Task to complete: Give again, word for word, each line below starting at the one that contains "#100=EDGE_CURVE('',#98,#98,#99,.T.);" and ending at the one that contains "#154=EDGE_LOOP('',(#153));".

-=-=-

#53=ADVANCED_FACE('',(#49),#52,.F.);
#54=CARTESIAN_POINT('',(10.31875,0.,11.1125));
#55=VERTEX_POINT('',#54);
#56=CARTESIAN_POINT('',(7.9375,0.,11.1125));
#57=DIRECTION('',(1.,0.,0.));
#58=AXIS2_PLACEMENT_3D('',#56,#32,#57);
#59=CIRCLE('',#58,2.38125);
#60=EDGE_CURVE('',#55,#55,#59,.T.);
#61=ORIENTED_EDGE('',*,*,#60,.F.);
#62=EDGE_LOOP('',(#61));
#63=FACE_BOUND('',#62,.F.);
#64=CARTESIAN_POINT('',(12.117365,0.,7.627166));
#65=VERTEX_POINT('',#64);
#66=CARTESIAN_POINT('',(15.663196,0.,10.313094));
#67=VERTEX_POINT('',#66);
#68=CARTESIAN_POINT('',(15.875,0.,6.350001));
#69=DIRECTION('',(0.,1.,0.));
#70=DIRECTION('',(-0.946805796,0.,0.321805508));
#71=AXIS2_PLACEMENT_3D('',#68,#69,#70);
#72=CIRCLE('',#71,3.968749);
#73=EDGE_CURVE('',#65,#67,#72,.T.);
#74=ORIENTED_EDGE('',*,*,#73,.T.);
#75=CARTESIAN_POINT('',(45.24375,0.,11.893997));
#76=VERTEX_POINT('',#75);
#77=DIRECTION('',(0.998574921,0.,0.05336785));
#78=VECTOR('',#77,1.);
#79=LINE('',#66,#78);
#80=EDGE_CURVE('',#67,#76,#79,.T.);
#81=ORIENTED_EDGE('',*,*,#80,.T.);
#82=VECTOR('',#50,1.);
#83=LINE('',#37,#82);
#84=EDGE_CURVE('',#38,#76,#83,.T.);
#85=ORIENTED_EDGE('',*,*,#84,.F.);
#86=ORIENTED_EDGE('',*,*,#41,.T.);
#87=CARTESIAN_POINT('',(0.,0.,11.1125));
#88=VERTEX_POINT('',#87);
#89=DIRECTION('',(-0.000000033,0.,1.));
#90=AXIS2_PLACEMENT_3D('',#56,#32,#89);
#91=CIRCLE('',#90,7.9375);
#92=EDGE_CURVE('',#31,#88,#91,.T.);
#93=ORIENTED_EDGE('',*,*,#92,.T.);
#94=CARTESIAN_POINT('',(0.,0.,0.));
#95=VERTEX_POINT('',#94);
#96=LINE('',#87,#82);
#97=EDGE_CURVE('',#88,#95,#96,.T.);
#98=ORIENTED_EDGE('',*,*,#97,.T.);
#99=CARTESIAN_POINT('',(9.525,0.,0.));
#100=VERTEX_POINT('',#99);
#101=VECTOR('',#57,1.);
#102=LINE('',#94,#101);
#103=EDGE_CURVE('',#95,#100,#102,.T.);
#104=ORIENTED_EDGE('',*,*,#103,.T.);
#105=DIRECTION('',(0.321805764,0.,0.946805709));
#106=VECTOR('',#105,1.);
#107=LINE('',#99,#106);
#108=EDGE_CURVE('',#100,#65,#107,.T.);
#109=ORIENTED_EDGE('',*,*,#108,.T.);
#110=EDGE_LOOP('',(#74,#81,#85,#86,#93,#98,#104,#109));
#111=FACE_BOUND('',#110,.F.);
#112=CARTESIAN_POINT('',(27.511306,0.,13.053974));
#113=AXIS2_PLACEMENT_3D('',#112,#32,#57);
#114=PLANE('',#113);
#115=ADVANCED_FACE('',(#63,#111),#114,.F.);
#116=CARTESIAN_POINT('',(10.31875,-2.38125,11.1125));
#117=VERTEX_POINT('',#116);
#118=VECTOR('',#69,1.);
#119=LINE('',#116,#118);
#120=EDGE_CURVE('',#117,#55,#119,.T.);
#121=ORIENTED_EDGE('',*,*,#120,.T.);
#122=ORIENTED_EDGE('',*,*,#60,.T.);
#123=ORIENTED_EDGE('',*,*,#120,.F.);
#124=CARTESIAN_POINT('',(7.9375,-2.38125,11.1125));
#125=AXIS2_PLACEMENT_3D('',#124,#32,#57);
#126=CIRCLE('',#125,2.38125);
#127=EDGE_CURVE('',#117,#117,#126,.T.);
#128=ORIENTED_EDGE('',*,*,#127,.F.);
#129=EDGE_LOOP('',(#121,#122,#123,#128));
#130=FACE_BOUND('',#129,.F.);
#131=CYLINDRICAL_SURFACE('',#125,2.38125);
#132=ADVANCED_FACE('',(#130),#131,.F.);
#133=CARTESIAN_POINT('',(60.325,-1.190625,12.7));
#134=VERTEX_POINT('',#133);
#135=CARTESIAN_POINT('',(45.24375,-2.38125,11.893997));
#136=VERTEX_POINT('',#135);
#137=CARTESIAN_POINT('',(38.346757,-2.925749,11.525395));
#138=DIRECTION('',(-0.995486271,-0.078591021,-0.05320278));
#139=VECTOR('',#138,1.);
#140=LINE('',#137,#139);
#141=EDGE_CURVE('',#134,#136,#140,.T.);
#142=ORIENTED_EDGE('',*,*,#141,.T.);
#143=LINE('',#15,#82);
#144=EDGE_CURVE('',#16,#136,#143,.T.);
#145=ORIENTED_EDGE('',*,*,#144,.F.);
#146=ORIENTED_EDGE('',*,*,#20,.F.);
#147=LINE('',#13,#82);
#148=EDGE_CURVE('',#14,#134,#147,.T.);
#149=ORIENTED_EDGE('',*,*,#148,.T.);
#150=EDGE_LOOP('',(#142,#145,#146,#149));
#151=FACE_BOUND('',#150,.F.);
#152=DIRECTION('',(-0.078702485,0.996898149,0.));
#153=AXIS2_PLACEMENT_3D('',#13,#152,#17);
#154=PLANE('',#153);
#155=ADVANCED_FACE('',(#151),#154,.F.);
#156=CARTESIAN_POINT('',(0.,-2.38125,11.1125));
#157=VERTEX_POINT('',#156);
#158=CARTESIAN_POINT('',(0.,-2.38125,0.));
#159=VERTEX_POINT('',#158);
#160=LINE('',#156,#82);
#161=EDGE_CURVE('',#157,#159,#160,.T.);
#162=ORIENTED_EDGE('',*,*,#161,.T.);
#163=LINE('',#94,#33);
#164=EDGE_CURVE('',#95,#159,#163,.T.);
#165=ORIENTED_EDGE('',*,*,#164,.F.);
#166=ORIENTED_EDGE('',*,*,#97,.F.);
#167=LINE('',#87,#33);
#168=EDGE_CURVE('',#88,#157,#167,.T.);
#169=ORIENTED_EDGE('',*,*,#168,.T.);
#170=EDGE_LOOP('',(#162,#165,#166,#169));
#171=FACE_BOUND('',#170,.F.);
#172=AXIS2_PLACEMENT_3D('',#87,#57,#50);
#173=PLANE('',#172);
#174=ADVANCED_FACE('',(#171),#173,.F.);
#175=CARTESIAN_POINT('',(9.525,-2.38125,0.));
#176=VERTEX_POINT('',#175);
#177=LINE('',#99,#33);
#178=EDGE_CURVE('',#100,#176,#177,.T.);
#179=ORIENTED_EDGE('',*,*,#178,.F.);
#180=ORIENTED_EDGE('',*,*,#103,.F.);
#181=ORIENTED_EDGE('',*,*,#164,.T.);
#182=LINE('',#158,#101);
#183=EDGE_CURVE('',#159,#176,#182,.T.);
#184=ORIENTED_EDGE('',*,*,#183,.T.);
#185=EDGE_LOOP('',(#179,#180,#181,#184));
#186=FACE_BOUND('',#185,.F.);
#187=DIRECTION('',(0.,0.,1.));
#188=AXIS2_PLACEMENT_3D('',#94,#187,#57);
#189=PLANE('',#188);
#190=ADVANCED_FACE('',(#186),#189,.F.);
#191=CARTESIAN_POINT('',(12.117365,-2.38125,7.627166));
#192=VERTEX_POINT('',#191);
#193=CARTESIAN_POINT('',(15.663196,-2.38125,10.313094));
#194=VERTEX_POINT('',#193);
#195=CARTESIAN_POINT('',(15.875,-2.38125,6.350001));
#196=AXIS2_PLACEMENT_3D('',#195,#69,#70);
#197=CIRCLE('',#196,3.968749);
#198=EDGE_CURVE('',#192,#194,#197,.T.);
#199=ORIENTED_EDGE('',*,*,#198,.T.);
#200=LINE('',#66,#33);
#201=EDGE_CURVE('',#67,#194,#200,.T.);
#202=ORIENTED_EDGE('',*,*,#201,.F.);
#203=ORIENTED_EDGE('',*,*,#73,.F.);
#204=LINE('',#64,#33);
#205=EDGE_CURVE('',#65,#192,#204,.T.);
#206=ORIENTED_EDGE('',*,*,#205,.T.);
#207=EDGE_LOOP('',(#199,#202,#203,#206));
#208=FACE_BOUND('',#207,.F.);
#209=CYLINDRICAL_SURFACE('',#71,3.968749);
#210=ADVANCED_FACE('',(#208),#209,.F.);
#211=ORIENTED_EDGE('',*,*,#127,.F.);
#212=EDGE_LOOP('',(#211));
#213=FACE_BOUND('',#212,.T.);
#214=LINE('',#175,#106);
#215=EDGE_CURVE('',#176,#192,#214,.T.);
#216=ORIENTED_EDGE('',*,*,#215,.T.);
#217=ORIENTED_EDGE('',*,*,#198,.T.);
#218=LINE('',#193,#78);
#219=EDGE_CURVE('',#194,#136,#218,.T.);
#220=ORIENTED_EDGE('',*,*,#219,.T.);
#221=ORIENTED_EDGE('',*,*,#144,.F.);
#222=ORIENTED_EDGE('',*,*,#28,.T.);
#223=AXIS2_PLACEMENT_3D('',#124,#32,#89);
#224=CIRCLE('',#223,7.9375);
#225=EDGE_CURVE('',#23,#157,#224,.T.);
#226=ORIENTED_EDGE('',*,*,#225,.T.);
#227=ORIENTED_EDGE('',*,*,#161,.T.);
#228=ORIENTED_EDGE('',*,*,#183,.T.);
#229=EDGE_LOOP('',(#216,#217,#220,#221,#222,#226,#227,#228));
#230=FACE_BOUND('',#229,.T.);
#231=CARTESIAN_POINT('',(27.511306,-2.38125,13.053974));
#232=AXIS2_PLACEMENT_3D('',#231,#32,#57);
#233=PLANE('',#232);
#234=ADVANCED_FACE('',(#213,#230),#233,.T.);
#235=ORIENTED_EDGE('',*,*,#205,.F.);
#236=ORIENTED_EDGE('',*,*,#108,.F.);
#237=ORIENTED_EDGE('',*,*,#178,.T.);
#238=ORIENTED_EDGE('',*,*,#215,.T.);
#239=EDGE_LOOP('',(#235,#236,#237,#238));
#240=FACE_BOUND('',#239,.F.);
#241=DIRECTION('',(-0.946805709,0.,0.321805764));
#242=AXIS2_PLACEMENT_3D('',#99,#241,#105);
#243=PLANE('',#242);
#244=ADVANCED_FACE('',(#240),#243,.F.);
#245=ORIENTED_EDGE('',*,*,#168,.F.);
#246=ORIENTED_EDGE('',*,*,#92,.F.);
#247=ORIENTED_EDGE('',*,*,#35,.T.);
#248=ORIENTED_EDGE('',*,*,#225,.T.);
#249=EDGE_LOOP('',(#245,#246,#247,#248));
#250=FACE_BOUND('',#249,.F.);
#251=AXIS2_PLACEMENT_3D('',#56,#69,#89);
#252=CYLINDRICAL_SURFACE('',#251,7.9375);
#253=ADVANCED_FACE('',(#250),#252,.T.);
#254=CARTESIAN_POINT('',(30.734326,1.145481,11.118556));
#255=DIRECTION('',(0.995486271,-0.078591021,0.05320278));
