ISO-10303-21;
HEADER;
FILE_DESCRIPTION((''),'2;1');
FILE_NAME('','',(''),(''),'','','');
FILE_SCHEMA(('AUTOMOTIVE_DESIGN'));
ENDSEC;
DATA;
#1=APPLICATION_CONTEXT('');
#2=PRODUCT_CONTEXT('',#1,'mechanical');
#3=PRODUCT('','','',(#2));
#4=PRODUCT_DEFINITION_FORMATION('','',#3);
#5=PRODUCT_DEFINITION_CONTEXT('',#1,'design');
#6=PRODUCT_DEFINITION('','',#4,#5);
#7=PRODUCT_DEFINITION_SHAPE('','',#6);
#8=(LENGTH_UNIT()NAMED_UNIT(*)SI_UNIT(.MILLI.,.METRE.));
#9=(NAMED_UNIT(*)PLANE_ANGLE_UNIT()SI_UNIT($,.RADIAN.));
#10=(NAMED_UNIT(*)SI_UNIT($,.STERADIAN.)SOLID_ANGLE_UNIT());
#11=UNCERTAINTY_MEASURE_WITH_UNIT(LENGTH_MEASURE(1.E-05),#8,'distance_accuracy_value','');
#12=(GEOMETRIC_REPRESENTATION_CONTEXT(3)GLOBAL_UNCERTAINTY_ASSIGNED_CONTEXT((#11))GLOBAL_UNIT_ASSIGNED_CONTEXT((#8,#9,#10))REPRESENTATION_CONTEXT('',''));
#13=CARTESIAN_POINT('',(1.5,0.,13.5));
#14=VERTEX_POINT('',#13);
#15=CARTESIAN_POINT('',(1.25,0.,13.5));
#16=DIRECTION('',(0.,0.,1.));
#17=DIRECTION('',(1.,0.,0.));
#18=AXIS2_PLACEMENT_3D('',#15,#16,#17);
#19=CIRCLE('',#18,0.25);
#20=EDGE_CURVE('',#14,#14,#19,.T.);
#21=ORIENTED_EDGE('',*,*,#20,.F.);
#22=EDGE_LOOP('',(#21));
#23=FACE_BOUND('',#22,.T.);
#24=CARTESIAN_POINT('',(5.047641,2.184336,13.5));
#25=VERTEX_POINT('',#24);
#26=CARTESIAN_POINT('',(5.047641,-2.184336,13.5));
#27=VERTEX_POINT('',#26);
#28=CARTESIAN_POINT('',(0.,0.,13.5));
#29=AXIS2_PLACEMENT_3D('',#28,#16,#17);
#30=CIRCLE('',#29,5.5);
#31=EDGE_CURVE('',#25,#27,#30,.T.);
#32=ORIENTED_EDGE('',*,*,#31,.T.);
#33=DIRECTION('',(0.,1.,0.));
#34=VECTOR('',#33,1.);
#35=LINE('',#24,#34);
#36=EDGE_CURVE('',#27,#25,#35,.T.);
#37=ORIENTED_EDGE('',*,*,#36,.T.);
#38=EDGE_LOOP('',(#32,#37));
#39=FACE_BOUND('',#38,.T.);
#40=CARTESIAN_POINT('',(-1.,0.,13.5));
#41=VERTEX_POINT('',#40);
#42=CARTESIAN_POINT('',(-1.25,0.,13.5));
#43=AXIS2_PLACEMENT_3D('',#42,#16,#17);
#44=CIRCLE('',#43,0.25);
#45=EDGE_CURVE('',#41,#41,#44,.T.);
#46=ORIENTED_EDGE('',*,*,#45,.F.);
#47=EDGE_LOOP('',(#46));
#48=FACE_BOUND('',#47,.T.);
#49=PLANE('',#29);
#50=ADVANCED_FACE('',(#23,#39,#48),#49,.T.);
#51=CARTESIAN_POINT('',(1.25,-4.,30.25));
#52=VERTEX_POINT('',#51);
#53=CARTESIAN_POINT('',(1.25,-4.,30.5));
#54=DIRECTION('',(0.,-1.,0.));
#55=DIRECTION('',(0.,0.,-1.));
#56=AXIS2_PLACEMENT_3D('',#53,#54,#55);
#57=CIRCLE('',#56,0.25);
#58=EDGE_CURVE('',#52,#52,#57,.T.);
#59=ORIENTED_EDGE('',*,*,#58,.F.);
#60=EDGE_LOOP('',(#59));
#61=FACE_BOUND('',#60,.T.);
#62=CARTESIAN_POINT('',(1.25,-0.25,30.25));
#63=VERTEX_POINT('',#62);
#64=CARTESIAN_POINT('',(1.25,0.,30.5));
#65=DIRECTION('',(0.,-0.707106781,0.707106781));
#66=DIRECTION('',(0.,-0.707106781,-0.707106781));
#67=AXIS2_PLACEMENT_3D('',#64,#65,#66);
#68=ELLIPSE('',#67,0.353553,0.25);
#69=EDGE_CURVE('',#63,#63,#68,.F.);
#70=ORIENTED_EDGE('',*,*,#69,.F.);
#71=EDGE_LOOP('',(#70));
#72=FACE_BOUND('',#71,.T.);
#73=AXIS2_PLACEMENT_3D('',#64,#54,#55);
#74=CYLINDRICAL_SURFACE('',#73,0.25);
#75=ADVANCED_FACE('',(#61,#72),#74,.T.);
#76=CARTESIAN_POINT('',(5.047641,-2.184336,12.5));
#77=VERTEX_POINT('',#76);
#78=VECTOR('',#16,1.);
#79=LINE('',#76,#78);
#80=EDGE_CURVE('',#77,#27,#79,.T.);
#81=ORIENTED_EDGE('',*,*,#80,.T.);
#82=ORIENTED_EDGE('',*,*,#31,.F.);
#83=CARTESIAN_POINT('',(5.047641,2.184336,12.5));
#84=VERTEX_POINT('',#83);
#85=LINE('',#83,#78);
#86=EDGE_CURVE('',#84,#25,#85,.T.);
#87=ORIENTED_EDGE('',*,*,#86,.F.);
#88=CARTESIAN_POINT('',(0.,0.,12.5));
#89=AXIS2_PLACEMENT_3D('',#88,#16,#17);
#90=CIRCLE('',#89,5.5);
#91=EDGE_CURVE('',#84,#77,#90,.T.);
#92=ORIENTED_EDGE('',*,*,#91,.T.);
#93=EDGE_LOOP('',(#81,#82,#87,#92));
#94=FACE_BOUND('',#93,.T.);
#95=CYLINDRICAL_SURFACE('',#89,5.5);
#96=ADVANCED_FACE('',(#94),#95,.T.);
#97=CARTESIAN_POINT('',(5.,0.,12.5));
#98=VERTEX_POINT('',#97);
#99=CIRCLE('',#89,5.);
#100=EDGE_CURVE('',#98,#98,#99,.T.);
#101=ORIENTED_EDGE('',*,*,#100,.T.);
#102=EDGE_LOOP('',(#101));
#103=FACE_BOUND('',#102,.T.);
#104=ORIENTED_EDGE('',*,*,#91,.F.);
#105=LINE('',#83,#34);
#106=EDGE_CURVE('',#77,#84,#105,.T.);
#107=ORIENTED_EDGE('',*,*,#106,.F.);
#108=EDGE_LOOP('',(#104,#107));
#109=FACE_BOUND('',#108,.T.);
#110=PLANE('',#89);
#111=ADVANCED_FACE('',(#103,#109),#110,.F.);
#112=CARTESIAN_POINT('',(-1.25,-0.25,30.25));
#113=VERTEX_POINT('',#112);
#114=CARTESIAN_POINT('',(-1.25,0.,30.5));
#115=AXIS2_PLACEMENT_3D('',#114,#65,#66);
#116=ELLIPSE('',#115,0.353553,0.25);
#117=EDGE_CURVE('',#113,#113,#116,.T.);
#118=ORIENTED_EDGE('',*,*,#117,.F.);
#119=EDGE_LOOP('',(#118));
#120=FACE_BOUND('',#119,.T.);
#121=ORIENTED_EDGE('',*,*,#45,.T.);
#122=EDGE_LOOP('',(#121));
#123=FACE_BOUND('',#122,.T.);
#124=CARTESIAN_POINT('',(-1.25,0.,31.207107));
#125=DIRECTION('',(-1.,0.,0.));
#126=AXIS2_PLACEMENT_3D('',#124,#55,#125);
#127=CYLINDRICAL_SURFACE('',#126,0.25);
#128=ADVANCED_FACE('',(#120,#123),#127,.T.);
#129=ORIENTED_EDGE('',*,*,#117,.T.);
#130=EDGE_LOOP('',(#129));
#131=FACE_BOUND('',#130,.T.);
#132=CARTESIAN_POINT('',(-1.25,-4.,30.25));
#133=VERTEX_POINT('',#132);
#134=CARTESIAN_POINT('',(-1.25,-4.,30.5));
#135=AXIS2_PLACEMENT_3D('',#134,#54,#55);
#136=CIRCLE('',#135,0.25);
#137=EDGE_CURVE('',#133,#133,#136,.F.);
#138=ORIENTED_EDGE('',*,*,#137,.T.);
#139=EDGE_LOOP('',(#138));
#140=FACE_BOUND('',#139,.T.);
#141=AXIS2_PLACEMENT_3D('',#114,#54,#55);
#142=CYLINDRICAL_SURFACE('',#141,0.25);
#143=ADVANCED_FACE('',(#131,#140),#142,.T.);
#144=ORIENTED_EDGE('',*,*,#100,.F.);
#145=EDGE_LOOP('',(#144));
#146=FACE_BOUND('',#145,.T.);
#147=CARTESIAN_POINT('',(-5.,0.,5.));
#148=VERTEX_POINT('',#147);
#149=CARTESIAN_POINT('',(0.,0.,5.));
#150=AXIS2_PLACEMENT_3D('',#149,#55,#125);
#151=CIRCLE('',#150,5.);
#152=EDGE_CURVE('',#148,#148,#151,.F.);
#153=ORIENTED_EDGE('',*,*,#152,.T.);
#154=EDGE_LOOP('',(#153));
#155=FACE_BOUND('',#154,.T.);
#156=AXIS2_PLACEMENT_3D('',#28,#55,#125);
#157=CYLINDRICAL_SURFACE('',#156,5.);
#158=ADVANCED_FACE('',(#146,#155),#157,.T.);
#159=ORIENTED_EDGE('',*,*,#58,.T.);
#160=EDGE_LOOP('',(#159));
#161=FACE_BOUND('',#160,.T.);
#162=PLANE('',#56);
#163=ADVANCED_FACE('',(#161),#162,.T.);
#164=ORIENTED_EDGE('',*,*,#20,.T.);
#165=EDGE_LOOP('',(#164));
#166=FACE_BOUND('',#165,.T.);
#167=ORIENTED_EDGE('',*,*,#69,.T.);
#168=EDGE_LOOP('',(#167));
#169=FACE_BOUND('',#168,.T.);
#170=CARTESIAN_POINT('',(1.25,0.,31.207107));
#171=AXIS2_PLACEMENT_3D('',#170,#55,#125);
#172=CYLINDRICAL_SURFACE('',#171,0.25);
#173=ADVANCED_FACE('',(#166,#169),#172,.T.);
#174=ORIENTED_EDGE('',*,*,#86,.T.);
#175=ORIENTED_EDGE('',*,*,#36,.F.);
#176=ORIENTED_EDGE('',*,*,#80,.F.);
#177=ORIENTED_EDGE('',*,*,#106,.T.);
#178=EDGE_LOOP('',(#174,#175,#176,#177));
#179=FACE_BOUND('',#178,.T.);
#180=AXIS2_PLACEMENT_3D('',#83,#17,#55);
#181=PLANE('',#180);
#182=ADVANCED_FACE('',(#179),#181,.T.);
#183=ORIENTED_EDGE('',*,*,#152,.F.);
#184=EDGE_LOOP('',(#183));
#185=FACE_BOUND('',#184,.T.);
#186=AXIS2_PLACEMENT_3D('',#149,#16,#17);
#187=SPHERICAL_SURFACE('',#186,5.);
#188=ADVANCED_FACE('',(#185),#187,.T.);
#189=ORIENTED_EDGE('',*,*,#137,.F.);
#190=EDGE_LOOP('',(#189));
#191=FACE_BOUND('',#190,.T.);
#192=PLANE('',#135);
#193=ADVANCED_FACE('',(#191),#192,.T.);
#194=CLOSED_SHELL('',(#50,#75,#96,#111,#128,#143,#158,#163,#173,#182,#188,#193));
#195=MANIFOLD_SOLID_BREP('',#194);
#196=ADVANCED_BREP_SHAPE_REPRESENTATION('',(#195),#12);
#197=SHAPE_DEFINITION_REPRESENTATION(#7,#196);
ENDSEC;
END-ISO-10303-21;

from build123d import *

# Parameters (mm, degrees)
ESQUISSE1_R          = 5
BASE_EXTRUSION_DEPTH = 13.5
BOSS_EXTRU_1_DEPTH   = 1
CONG_1_R             = 5
ESQUISSE3_R          = 0.25


with BuildPart() as part:
    # Esquisse1 → Base-Extrusion (new body)
    with BuildSketch(Plane.XY):
        Circle(ESQUISSE1_R)
    extrude(amount=BASE_EXTRUSION_DEPTH)

    # Esquisse2 → Boss.-Extru.1 (add)
    with BuildSketch(Plane.XY.offset(13.5)):
        with BuildLine():
            Line((5.047640875, 2.184335504), (5.047640875, -2.184335504))
            ThreePointArc((5.047640875, -2.184335504), (-5.5, 0), (5.047640875, 2.184335504))
        make_face()
    extrude(amount=-BOSS_EXTRU_1_DEPTH)

    # Congé1
    cong_1_edges = [part.edges().sort_by_distance(p)[0] for p in [
        (-5, 0, 0),
    ]]
    fillet(cong_1_edges, radius=CONG_1_R)

    # Balayage1: sweep along a path in Esquisse4
    with BuildLine(Plane(origin=(-1.25, 0, 0), x_dir=(0, 0, -1), z_dir=(1, 0, 0))) as balayage1_path:
        Line((-13.5, 0), (-30.5, 0))
        Line((-30.5, 0), (-30.5, -4))
    # Esquisse3 → Balayage1 (sweep)
    with BuildSketch(Plane.XY.offset(13.5)):
        with Locations((-1.25, 0)):
            Circle(ESQUISSE3_R)
    balayage1 = sweep(path=balayage1_path.line, transition=Transition.RIGHT)

    # Symétrie1: Balayage1 across plane
    add(balayage1.mirror(Plane(origin=(0, 0, 0), x_dir=(0, 0, 1), z_dir=(1, 0, 0))))


solid = part.part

-=-=-

Problem solution:
#100=EDGE_CURVE('',#98,#98,#99,.T.);
#101=ORIENTED_EDGE('',*,*,#100,.T.);
#102=EDGE_LOOP('',(#101));
#103=FACE_BOUND('',#102,.T.);
#104=ORIENTED_EDGE('',*,*,#91,.F.);
#105=LINE('',#83,#34);
#106=EDGE_CURVE('',#77,#84,#105,.T.);
#107=ORIENTED_EDGE('',*,*,#106,.F.);
#108=EDGE_LOOP('',(#104,#107));
#109=FACE_BOUND('',#108,.T.);
#110=PLANE('',#89);
#111=ADVANCED_FACE('',(#103,#109),#110,.F.);
#112=CARTESIAN_POINT('',(-1.25,-0.25,30.25));
#113=VERTEX_POINT('',#112);
#114=CARTESIAN_POINT('',(-1.25,0.,30.5));
#115=AXIS2_PLACEMENT_3D('',#114,#65,#66);
#116=ELLIPSE('',#115,0.353553,0.25);
#117=EDGE_CURVE('',#113,#113,#116,.T.);
#118=ORIENTED_EDGE('',*,*,#117,.F.);
#119=EDGE_LOOP('',(#118));
#120=FACE_BOUND('',#119,.T.);
#121=ORIENTED_EDGE('',*,*,#45,.T.);
#122=EDGE_LOOP('',(#121));
#123=FACE_BOUND('',#122,.T.);
#124=CARTESIAN_POINT('',(-1.25,0.,31.207107));
#125=DIRECTION('',(-1.,0.,0.));
#126=AXIS2_PLACEMENT_3D('',#124,#55,#125);
#127=CYLINDRICAL_SURFACE('',#126,0.25);
#128=ADVANCED_FACE('',(#120,#123),#127,.T.);
#129=ORIENTED_EDGE('',*,*,#117,.T.);
#130=EDGE_LOOP('',(#129));
#131=FACE_BOUND('',#130,.T.);
#132=CARTESIAN_POINT('',(-1.25,-4.,30.25));
#133=VERTEX_POINT('',#132);
#134=CARTESIAN_POINT('',(-1.25,-4.,30.5));
#135=AXIS2_PLACEMENT_3D('',#134,#54,#55);
#136=CIRCLE('',#135,0.25);
#137=EDGE_CURVE('',#133,#133,#136,.F.);
#138=ORIENTED_EDGE('',*,*,#137,.T.);
#139=EDGE_LOOP('',(#138));
#140=FACE_BOUND('',#139,.T.);
#141=AXIS2_PLACEMENT_3D('',#114,#54,#55);
#142=CYLINDRICAL_SURFACE('',#141,0.25);
#143=ADVANCED_FACE('',(#131,#140),#142,.T.);
#144=ORIENTED_EDGE('',*,*,#100,.F.);
#145=EDGE_LOOP('',(#144));
#146=FACE_BOUND('',#145,.T.);
#147=CARTESIAN_POINT('',(-5.,0.,5.));
#148=VERTEX_POINT('',#147);
#149=CARTESIAN_POINT('',(0.,0.,5.));
#150=AXIS2_PLACEMENT_3D('',#149,#55,#125);
#151=CIRCLE('',#150,5.);
#152=EDGE_CURVE('',#148,#148,#151,.F.);
#153=ORIENTED_EDGE('',*,*,#152,.T.);
#154=EDGE_LOOP('',(#153));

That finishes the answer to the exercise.